There does not appear to be a newer version available:

(thegoose) me@nightshade:~$ pip3 install --upgrade torch
Requirement already satisfied: torch in ./venv/thegoose/lib/python3.10/site-packages (1.13.1)
Requirement already satisfied: nvidia-cudnn-cu11==8.5.0.96 in ./venv/thegoose/lib/python3.10/site-packages (from torch) (8.5.0.96)
Requirement already satisfied: nvidia-cuda-nvrtc-cu11==11.7.99 in ./venv/thegoose/lib/python3.10/site-packages (from torch) (11.7.99)
Requirement already satisfied: typing-extensions in ./venv/thegoose/lib/python3.10/site-packages (from torch) (4.5.0)
Requirement already satisfied: nvidia-cuda-runtime-cu11==11.7.99 in ./venv/thegoose/lib/python3.10/site-packages (from torch) (11.7.99)
Requirement already satisfied: nvidia-cublas-cu11==11.10.3.66 in ./venv/thegoose/lib/python3.10/site-packages (from torch) (11.10.3.66)
Requirement already satisfied: setuptools in ./venv/thegoose/lib/python3.10/site-packages (from nvidia-cublas-cu11==11.10.3.66->torch) (59.6.0)
Requirement already satisfied: wheel in ./venv/thegoose/lib/python3.10/site-packages (from nvidia-cublas-cu11==11.10.3.66->torch) (0.38.4)

Answer 7 · 2023-02-22T19:35:20.000Z

Yeah I feel like this and #12 might be related somehow, could be some weird cuda issue. I’ll look into reproducing this, but I hope this doesn’t happen too frequently for you

Answer 8 · 2023-02-22T19:59:29.000Z

Sadly, 3 times in a row today. I haven't had a successful run yet today.
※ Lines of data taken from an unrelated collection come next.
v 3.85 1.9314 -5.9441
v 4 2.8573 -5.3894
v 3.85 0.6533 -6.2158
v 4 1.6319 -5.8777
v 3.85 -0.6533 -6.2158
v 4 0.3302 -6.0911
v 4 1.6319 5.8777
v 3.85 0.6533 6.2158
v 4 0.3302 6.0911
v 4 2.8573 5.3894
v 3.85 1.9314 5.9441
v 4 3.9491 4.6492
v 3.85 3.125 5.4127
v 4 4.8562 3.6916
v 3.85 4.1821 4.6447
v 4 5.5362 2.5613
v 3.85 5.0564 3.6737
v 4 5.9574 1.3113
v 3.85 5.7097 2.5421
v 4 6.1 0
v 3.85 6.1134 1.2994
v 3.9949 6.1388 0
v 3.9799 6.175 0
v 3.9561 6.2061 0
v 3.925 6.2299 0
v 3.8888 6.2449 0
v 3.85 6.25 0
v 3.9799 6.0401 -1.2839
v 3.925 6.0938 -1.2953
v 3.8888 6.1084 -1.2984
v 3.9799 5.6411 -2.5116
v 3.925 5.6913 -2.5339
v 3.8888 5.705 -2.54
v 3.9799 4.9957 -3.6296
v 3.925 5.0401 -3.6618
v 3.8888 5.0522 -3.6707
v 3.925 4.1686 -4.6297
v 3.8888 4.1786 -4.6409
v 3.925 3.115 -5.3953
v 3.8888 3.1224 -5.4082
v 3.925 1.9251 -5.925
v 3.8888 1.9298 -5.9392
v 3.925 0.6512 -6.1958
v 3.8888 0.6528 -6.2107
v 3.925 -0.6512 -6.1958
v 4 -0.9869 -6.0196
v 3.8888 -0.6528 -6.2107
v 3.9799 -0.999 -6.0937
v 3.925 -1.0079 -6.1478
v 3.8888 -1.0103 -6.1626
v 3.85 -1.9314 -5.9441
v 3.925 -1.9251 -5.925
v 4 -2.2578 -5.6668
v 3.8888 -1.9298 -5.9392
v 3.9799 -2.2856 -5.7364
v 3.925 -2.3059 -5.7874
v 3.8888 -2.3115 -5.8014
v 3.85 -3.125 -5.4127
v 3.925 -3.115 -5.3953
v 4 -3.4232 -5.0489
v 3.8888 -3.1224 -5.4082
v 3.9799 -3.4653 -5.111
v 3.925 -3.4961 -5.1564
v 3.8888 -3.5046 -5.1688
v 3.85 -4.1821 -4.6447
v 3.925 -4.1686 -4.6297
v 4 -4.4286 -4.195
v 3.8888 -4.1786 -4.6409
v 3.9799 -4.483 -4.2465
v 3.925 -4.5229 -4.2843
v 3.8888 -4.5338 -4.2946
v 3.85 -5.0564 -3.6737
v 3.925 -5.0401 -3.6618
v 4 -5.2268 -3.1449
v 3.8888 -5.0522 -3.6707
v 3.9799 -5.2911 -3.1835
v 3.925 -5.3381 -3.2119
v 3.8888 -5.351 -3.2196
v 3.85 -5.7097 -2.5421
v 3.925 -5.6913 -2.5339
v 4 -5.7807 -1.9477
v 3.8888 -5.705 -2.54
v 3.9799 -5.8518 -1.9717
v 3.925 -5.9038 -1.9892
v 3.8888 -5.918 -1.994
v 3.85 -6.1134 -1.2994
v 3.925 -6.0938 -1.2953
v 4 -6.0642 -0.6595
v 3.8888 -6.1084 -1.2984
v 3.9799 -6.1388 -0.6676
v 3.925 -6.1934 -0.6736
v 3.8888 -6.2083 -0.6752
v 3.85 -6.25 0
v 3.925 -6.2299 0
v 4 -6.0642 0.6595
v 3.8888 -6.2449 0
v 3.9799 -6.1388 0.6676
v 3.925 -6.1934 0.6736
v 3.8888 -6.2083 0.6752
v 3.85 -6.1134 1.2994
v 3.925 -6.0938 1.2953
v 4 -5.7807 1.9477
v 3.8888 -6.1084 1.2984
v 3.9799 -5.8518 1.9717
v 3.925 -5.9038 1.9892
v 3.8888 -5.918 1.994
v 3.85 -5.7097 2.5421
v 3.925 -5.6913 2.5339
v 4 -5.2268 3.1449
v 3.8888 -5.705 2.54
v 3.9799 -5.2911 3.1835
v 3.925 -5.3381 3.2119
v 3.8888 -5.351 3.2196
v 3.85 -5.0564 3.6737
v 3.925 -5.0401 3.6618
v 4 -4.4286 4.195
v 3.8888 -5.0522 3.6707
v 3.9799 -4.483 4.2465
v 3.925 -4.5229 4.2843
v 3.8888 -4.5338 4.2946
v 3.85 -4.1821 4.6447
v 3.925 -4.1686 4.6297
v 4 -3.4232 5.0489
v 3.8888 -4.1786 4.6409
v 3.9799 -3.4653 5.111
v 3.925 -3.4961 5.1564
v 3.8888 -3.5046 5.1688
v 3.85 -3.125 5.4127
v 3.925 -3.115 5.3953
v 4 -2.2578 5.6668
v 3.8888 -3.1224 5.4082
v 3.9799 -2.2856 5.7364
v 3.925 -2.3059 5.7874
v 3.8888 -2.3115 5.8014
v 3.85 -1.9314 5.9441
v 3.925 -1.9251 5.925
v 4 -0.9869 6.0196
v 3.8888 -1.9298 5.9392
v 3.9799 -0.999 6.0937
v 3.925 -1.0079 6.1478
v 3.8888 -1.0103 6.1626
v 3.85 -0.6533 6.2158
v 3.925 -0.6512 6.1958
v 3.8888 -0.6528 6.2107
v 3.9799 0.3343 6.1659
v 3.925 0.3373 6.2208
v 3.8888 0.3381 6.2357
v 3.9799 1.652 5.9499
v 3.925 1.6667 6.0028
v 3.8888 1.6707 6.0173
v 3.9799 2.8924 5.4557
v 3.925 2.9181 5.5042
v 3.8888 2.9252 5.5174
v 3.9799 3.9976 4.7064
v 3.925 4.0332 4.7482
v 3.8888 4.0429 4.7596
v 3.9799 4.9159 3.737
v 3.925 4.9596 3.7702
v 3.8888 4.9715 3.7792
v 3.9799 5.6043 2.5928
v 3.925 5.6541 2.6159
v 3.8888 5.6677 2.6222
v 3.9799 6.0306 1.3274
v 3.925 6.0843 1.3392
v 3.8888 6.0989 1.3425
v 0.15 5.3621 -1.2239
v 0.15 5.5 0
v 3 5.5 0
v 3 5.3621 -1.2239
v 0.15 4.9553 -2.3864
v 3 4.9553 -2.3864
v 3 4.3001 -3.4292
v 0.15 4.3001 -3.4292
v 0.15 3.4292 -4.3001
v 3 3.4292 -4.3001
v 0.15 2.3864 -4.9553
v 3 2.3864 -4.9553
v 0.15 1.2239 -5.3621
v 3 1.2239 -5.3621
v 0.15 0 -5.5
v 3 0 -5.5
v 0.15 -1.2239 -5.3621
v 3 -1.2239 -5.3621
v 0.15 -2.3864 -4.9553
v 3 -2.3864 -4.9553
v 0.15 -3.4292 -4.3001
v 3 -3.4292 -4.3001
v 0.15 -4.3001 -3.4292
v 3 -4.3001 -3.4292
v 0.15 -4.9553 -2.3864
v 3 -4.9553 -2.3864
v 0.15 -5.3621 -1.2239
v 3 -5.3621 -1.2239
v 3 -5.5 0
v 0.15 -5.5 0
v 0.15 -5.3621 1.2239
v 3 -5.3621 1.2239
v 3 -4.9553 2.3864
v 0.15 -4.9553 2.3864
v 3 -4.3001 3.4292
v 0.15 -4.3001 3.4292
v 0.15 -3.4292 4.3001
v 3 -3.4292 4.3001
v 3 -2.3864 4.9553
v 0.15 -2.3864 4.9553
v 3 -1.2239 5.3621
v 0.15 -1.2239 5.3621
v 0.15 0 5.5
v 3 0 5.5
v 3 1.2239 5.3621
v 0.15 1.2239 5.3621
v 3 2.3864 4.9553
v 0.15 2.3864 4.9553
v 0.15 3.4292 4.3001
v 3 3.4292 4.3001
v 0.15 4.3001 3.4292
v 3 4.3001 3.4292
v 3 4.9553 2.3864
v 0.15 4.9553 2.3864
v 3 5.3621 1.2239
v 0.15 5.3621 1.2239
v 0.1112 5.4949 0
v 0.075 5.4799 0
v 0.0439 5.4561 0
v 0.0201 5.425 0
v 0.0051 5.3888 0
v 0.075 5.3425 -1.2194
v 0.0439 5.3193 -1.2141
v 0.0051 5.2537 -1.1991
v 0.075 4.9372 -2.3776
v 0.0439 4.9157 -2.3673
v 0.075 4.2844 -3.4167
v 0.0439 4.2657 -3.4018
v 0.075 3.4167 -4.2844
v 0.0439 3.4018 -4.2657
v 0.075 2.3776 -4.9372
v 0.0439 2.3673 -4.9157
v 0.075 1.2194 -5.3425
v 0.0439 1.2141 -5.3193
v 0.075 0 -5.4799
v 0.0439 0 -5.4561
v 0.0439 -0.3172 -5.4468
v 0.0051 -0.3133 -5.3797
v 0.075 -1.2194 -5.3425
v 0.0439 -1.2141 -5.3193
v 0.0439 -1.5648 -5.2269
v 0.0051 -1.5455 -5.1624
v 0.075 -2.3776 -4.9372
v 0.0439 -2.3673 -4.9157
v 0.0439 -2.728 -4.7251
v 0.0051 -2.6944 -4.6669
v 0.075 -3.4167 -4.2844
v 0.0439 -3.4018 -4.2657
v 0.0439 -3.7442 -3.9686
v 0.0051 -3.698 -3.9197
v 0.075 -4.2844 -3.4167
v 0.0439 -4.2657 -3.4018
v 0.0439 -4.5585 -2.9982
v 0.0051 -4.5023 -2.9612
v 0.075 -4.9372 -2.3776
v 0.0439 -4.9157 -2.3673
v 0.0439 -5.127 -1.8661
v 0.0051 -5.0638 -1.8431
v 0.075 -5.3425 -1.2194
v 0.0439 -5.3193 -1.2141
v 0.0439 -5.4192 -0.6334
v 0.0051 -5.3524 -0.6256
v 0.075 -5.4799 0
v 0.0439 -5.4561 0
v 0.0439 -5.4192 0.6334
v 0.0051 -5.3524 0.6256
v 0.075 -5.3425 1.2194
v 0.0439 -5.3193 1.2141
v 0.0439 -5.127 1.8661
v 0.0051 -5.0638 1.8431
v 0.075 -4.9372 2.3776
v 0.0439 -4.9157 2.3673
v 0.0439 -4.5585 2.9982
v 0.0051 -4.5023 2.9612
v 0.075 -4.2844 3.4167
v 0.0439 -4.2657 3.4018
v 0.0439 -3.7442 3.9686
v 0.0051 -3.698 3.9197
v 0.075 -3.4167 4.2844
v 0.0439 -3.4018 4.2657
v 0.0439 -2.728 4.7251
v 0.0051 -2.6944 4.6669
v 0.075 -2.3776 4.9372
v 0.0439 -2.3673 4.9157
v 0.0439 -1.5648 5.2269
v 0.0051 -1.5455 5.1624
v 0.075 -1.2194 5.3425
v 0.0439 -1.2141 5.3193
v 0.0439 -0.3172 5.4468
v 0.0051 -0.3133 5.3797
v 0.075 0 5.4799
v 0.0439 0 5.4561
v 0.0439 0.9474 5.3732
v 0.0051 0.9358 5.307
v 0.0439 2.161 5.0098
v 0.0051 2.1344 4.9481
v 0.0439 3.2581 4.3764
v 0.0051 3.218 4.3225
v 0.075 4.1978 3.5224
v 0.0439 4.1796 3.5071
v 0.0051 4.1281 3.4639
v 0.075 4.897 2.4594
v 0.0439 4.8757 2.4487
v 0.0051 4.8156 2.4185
Answer 9 · 2023-02-22T20:02:11.000Z

And does it only happen to you on gpu? Or is it both cpu and gpu?

Answer 10 · 2023-02-22T20:03:28.000Z

Let me switch it to CPU and run some more tests.

Answer 11 · 2023-02-22T22:57:49.000Z

No issues with CPUs so far and have generated multiple images successfully. I wonder if it's a RAM issue. My GPU only has 2GB and my VM has 4GB.

I have access to a 3080. Will do some tests with that and see if I can replicate the problem.

Answer 12 · 2023-02-22T23:29:14.000Z

I’m testing with my laptop right now which has a Quadro (4gb), and it seems to be running fine. Quite strange haha

Answer 13 · 2023-02-24T02:58:52.000Z

I am going to close this off as a not enough memory issue. I ran the default generation example and it peaked at ~6GB of vRAM.

The Quadro I was running it on only has 2GB.